Table 4 reports on the results of our direct questions to respondents about the most and second most important reasons for choosing their preferred grocery outlet. The four attributes receiving the most mentions, i.e., location, price, assortment and service, are identical to the four attributes with the highest logit coefficients in Table 1. Attributes such as best delicatessen and best specialty baked goods, that were most significant in the MDA analysis, do not even appear on the list in Table 4. More important, the relative size of the scores in the average column on the right hand side of Table 1 are closely paralleled by the relative size of the logit coefficients in Table 1. Location is clearly the dominant attribute in both tables with price, assortment and service fairly close in second, third and fourth positions.



The logit coefficients, therefore, provide strong support for the direct questioning technique in measuring attribute importance. They also provide support for the early work with gravity models which utilized only two outlet characteristics: i) location (distance from home) and ii) store size (a proxy for assortment). Both the gravity models and conditional logit attempt to incorporate information about all alternatives in the consideration set. MDA does not.




Logit analysis is a powerful tool for understanding consumer choice of food stores, particularly in disposing determinant attributes. While MDA is adequate for purposes of perceptual mapping and understanding weaknesses and strengths of alternative chains, its performance is weak in predicting choice and in validating determinant attributes.

A number of research steps should follow the results achieved here. First, there is a need to examine the improvement in results that could be achieved by measuring both attribute importance and store ratings through alternative scales such as semantic differentials or perhaps forced choice. Given the wealth of models now available that allow for differential evoked sets, further improvements could be made in alternative ways of defining evoked sets for individual respondents. Finally, logit analysis is only one of a variety of new models now available for analyzing consumer choice. More comparative analysis across competing models would be helpful in uncovering the most powerful alternatives.


Arnold, Stephen J., Ma, Sylvia and Tigert, Douglas J. (1978), "A Comparative Analysis of Determinant Attributes in Retail Store Selection," in ed. Advances in Consumer Research, Vol. VI, Ann Arbor: Association for Consumer Research.

Arnold, Stephen J. and Tigert, Douglas J., Determinant Attributes in Consumer Choice, working paper, University of Toronto, 1980.

Fishbein, Martin (1972), "The Search for Attitudinal-Behavioural Consistency," in Joel B. Cohen (ed.) Behavioural Science Foundation of Consumer Behaviour, New York: Free Press.

Gensch, Dennis H. and Recker, Wilfred W. (1979), "The Multinomial, Multiattribute Choice Model," Journal of Marketing Research, XVI, 124-132.

Lindquist, Jay D. (1974-75), "Meaning of Image," Journal of Retailing, 50, 29-38, 116.

McFadden, Daniel (1974), "Conditional Logit Analysis of Qualitative Choice Behaviour," in ed. Paul Zarembka, Frontiers in Econometrics, New York: Academic Press, pp. 105-42.
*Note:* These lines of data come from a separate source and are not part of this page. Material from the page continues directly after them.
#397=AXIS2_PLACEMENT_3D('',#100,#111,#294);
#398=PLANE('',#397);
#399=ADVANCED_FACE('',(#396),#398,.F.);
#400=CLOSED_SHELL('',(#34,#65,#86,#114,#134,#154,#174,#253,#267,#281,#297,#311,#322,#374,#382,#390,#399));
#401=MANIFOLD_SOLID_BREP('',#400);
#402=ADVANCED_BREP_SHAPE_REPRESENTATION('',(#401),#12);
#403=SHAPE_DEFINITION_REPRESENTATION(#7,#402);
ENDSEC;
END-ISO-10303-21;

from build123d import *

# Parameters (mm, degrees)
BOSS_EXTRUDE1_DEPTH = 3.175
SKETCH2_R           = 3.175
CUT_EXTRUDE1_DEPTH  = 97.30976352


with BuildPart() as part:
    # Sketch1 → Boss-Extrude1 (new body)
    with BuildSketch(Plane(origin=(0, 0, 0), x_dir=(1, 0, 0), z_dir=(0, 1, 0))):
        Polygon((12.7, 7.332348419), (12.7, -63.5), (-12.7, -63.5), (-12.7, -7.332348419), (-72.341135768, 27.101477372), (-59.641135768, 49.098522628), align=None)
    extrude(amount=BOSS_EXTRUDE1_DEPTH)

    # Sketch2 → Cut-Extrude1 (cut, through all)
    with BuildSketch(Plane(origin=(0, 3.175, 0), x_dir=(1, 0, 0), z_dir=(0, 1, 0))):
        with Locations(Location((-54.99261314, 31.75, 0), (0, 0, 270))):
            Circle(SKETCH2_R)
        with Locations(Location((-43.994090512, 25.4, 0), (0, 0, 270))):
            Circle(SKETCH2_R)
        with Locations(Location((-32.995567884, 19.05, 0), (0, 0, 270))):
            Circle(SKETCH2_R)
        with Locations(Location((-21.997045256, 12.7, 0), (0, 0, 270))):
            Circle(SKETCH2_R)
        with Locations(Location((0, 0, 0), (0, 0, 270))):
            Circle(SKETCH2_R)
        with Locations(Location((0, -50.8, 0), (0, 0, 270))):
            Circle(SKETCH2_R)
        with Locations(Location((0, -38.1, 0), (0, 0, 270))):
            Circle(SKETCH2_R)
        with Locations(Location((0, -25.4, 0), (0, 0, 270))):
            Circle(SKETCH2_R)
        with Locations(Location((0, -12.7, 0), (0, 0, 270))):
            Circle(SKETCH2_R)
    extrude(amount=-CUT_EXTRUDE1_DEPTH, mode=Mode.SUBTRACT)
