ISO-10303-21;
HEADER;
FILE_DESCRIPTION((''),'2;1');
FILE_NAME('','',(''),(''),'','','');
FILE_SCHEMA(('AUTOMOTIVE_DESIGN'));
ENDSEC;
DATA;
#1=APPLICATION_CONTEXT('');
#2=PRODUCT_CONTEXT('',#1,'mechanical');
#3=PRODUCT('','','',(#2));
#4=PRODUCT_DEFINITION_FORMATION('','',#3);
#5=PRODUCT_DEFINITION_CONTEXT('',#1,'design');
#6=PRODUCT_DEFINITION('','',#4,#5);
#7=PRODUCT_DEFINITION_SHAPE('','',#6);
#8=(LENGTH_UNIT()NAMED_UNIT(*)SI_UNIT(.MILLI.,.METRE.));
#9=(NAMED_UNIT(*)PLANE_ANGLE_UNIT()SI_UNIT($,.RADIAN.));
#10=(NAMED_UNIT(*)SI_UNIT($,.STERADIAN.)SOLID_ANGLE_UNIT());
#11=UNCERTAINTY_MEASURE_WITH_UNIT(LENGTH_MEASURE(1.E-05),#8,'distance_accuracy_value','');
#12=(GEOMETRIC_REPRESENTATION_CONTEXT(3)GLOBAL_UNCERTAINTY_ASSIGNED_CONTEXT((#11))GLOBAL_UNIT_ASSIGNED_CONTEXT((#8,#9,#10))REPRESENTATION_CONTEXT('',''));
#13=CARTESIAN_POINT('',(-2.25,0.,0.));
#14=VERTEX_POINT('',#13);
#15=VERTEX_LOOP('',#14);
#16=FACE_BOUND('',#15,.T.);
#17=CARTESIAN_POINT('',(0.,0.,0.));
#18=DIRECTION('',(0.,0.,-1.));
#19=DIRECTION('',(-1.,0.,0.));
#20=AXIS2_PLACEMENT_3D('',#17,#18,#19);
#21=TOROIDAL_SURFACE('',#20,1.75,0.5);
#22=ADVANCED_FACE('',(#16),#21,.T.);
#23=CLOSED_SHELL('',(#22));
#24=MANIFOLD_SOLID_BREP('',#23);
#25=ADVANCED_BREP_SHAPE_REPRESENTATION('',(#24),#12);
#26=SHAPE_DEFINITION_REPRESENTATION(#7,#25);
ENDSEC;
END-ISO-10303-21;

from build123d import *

# Parameters (mm, degrees)
SKETCH2_R = 0.5


with BuildPart() as part:
    # Sketch2 → Revolve1 (revolve)
    with BuildSketch(Plane(origin=(0, 0, 0), x_dir=(1, 0, 0), z_dir=(0, 1, 0)), mode=Mode.PRIVATE) as revolve1_sk:
        with Locations((1.75, 0)):
            Circle(SKETCH2_R)
    revolve(revolve1_sk.sketch.rotate(Axis((0, 0, -0.5), (0, 0, 1)), 180), axis=Axis((0, 0, -0.5), (0, 0, 1)))


solid = part.part
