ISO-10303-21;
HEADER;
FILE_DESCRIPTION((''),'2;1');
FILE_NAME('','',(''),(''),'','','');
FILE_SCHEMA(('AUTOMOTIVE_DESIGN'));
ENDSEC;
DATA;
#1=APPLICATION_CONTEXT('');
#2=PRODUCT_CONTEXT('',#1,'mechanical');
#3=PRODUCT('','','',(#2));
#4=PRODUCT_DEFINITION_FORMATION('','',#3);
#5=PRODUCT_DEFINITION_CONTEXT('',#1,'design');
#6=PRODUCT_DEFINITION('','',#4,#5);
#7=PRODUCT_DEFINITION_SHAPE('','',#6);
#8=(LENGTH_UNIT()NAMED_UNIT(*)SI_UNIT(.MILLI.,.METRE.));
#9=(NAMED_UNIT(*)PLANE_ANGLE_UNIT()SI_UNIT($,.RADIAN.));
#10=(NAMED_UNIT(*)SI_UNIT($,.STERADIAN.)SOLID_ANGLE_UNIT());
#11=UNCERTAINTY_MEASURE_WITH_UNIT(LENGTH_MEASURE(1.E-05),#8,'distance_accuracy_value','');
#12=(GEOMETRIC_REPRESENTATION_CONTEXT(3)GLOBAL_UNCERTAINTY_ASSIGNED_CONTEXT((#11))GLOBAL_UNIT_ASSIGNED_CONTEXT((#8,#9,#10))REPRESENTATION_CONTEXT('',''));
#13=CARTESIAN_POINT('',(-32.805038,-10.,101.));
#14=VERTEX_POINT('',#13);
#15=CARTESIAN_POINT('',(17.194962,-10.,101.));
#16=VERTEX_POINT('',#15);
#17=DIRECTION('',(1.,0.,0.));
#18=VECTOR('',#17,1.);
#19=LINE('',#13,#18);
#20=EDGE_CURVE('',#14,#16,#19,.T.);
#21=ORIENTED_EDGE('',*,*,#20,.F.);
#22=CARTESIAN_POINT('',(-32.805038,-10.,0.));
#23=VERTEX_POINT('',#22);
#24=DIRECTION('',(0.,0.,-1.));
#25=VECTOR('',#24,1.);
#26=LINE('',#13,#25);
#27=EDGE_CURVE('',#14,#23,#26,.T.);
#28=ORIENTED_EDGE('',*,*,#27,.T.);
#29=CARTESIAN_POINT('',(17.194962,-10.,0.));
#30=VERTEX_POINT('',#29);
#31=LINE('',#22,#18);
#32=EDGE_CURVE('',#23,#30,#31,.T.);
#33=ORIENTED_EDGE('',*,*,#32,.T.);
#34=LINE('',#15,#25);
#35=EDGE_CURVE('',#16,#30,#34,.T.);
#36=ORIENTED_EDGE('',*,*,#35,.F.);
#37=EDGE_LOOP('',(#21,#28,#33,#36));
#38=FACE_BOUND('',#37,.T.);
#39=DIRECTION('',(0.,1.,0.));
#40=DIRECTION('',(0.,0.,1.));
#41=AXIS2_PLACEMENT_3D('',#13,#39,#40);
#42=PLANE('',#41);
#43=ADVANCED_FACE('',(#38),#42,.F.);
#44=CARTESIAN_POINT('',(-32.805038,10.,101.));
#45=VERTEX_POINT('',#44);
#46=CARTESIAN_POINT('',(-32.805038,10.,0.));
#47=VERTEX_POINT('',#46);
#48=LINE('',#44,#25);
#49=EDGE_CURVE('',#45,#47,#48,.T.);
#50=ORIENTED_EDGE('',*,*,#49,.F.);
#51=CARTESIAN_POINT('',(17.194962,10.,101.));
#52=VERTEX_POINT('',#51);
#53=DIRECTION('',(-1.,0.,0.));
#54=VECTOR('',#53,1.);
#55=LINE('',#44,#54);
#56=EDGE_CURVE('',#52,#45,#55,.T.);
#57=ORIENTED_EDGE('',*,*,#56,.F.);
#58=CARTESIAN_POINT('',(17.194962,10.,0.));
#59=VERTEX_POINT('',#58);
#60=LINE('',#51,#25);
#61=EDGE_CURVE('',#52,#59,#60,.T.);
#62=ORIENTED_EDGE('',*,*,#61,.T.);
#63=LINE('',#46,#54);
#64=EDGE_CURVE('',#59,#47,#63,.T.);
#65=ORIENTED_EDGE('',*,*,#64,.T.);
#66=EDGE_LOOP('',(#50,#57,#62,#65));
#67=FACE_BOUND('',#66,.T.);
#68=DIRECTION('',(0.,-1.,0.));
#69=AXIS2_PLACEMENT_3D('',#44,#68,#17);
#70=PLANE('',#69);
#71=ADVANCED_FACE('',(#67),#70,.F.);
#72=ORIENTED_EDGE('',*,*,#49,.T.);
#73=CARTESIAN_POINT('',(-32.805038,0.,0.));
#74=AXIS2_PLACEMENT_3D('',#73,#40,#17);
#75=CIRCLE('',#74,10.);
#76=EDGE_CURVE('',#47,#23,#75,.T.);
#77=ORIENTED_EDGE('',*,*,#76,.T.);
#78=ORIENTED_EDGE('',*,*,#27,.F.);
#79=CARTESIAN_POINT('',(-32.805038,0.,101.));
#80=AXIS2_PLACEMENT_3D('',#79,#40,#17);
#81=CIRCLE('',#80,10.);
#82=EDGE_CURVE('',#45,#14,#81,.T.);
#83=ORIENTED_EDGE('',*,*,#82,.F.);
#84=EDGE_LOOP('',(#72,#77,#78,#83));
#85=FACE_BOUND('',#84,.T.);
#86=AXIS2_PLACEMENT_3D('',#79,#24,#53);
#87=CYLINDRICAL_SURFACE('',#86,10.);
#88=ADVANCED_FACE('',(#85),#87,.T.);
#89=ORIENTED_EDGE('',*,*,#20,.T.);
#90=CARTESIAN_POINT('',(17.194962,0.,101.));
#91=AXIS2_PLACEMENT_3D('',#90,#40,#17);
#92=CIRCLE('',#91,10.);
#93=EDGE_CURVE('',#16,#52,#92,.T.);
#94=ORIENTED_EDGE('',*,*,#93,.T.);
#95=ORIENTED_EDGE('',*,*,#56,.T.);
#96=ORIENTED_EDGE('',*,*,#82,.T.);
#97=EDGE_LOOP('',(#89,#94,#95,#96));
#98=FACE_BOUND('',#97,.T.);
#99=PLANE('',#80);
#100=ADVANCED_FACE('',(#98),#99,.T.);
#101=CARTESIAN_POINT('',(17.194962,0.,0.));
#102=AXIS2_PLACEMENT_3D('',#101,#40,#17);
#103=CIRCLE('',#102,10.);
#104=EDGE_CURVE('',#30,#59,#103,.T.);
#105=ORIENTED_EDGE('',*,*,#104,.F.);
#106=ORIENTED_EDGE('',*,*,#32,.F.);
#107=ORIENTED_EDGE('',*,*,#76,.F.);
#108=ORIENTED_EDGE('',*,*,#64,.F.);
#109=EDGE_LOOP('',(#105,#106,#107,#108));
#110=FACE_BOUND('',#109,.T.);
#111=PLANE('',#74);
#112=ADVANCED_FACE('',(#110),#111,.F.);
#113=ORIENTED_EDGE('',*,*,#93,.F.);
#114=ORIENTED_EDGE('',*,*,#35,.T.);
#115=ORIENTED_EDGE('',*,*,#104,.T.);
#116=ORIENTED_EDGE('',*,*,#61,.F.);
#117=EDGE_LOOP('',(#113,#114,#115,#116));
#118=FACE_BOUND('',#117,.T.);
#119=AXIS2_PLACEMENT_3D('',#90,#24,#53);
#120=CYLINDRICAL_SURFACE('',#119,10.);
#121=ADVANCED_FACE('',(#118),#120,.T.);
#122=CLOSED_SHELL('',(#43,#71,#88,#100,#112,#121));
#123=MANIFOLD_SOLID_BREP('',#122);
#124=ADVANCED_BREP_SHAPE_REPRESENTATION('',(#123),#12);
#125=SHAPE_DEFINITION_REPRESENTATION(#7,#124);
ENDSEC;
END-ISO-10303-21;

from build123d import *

# Parameters (mm, degrees)
EXTRUDE_2_DEPTH = 101


with BuildPart() as part:
    # 草图2 → 凸台-拉伸2 (new body)
    with BuildSketch(Plane.XY):
        with BuildLine():
            Line((-32.805038423, 10), (17.194961577, 10))
            ThreePointArc((17.194961577, 10), (27.194961577, 0), (17.194961577, -10))
            Line((17.194961577, -10), (-32.805038423, -10))
            ThreePointArc((-32.805038423, -10), (-42.805038423, 0), (-32.805038423, 10))
        make_face()
    extrude(amount=EXTRUDE_2_DEPTH)


solid = part.part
Tigert, Douglas J. and Ma, Sylvia (1979), "In Search of A Supermarket Strategy: Albertson's Drives on Tampa/ St. Petersburg," Proceedings of the 1978 Attitude Research Conference, American Marketing Association, Tarpon Springs, Florida.

Westin, Richard B. and Watson, Peter L. (1975), "Reported and Revealed Preferences As Determinants of Mode Choice Behaviour," Journal of Marketing Research, XII, 282-289.